Tanya Jawab AIDS No 1/Juli 2019
Pengantar. Tanya-Jawab ini adalah jawaban terhadap pertanyaan-pertanyaan yang dikirim melalui surat, telepon, SMS, WA dan e-mail. Jawaban disebarluaskan tanpa menyebut identitas yang bertanya dimaksudkan agar semua pembaca bisa berbagi informasi yang akurat tentang HIV/AIDS. Selain di Kompasiana, Tanya Jawab AIDS ini juga bisa dilihat di aidsindonesia.com.

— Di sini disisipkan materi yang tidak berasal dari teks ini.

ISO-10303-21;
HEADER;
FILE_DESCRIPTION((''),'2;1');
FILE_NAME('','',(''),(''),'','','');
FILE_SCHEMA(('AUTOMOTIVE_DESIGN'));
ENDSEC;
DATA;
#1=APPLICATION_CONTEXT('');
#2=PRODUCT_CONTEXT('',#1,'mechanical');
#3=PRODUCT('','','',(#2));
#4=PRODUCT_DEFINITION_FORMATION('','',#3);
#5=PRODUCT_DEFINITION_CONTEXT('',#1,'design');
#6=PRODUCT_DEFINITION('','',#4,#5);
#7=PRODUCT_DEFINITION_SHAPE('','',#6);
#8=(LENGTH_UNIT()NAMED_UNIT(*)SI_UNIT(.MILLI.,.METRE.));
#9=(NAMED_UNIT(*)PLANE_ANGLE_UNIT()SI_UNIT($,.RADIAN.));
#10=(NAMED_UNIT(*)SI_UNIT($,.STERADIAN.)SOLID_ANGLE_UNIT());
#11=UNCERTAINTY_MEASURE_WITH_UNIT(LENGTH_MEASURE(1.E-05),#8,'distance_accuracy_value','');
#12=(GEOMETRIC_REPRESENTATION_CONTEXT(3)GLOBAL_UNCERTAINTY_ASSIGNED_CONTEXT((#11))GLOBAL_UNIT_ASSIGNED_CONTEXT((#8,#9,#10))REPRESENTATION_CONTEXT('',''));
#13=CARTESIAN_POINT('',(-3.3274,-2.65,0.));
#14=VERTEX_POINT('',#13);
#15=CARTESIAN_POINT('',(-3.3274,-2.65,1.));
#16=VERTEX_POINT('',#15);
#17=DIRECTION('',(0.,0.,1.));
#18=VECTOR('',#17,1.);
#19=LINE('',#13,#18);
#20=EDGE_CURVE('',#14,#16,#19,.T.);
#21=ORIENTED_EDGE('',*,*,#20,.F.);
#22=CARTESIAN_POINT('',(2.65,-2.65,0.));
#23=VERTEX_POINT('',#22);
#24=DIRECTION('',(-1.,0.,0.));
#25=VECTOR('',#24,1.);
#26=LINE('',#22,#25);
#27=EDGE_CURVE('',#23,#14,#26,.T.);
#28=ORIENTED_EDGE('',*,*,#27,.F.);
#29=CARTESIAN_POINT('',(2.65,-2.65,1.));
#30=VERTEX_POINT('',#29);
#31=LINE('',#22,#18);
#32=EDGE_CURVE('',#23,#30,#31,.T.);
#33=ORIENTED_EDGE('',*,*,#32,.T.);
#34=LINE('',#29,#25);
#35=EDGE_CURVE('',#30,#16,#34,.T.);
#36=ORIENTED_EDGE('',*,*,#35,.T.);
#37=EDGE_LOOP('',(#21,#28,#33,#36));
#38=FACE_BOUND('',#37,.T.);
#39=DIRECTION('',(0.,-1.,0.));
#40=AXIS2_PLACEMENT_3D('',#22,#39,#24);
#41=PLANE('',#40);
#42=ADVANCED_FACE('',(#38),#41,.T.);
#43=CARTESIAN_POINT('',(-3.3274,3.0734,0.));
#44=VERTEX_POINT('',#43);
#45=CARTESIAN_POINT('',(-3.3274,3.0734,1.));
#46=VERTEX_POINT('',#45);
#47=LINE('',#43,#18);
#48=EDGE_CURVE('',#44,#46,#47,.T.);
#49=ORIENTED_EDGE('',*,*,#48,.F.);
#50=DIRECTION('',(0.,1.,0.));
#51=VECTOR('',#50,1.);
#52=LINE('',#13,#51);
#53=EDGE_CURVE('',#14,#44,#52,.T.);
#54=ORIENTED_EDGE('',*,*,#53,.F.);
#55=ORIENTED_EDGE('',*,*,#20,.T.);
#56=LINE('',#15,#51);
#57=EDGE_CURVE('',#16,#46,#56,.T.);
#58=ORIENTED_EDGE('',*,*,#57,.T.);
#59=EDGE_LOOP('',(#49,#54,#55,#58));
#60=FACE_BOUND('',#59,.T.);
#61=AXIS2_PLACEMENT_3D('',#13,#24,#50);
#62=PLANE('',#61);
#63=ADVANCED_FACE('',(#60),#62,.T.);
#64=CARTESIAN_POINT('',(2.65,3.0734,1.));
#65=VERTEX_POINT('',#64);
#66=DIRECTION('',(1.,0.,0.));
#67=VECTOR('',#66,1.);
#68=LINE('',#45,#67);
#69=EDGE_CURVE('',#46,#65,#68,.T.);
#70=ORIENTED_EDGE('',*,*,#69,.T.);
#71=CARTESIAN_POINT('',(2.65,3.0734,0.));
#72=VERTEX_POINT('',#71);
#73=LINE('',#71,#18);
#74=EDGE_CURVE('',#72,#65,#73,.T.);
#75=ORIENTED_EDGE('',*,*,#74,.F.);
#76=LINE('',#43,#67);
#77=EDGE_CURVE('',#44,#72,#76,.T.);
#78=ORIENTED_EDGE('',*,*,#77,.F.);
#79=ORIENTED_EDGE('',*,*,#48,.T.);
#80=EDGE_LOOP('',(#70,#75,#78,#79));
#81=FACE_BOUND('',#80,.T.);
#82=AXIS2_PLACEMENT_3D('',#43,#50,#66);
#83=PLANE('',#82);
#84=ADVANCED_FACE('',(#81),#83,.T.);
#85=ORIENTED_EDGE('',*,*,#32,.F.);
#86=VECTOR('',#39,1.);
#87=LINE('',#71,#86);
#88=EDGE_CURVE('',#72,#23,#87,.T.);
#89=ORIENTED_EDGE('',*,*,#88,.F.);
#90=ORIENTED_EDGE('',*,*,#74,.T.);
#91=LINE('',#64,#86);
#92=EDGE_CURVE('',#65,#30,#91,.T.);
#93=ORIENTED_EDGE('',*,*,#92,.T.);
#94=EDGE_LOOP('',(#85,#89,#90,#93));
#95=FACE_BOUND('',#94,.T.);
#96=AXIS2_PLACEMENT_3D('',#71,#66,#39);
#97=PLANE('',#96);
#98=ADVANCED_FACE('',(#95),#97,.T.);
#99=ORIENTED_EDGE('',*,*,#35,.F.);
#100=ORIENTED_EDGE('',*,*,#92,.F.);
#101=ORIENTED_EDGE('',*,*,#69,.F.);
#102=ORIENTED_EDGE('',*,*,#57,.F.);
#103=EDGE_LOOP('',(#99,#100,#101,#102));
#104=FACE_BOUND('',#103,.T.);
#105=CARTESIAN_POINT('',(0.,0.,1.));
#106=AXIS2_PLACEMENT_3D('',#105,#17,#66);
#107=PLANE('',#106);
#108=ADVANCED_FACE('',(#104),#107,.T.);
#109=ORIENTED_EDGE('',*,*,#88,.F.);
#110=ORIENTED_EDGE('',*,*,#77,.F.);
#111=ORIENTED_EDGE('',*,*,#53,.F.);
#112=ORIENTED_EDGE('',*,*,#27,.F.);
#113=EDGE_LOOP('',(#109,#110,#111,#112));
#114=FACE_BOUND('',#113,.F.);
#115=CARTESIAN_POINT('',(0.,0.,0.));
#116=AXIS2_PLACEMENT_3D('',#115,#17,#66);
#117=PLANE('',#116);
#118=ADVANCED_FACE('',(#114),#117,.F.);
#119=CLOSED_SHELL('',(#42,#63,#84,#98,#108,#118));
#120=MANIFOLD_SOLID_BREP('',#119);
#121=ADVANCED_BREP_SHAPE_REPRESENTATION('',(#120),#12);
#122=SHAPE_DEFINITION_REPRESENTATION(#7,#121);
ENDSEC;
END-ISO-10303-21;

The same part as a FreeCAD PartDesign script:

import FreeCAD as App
import Part
import Sketcher

doc = App.newDocument("Part")
body = doc.addObject("PartDesign::Body", "Body")

# Sketch on XY plane
sketch1 = body.newObject("Sketcher::SketchObject", "Sketch")
sketch1.AttachmentSupport = (doc.getObject("XY_Plane"), [""])
sketch1.MapMode = "FlatFace"
sketch1.addGeometry([
    Part.LineSegment(App.Vector(3, 3, 0), App.Vector(-3, 3, 0)),
    Part.LineSegment(App.Vector(-3, 3, 0), App.Vector(-3, -3, 0)),
    Part.LineSegment(App.Vector(-3, -3, 0), App.Vector(3, -3, 0)),
    Part.LineSegment(App.Vector(3, -3, 0), App.Vector(3, 3, 0)),
], False)
sketch1.addConstraint([
    Sketcher.Constraint("Coincident", 0, 2, 1, 1),
    Sketcher.Constraint("Coincident", 1, 2, 2, 1),
    Sketcher.Constraint("Coincident", 2, 2, 3, 1),
    Sketcher.Constraint("Coincident", 3, 2, 0, 1),
    Sketcher.Constraint("Horizontal", 0),
    Sketcher.Constraint("Vertical", 1),
    Sketcher.Constraint("Horizontal", 2),
    Sketcher.Constraint("Vertical", 3),
    Sketcher.Constraint("DistanceY", 1, 2, -1, 1, 2.65),
    Sketcher.Constraint("DistanceX", -1, 1, 2, 2, 2.65),
    Sketcher.Constraint("DistanceX", 0, 2, 0, 1, 5.9774),
    Sketcher.Constraint("DistanceY", 1, 2, 1, 1, 5.7234),
])
pad1 = body.newObject("PartDesign::Pad", "Pad")
pad1.Profile = sketch1
pad1.Length = 1

doc.recompute()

Yang ingin bertanya, silakan kirim pertanyaan ke Syaiful W. Harahap, melalui: (1) Telepon (021) 8566755, (2) e-mail: aidsindonesia@gmail.com, (3) WhatsApp: 0811974977. Redaksi.
Tanya: Saya seorang ibu sebagai single parent di Bali. Maaf sekali saya WA tengah malam. Saya sedih dan syok, Pak. Barusan anak laki-laki saya, berumur 24 tahun, bilang kalau dia kena HIV. (1) Apa dosa saya, Pak? Saya selalu berusaha jadi ibu yang baik. (2) Apa yang harus saya perbuat, Pak? (3) Pendapatan saya gak banyak. Anak saya tes HIV di rumah sakit swasta di salah satu kota di Bali. (4) Apakah anak saya umurnya pendek?
Via WA, 19/7-2019
Jawab: Ibu tidak sendirian karena banyak ibu yang juga menghadapi kenyataan pahit ketika anaknya terdeteksi mengidap HIV/AIDS. Bahkan, banyak pula bayi yang lahir dengan HIV/AIDS. Ibu mereka tertular HIV dari suaminya. Banyak dari suami itu yang tidak jantan karena meninggalkan istri dan anak-anaknya ketika diberitahu anak dan istrinya mengidap HIV/AIDS.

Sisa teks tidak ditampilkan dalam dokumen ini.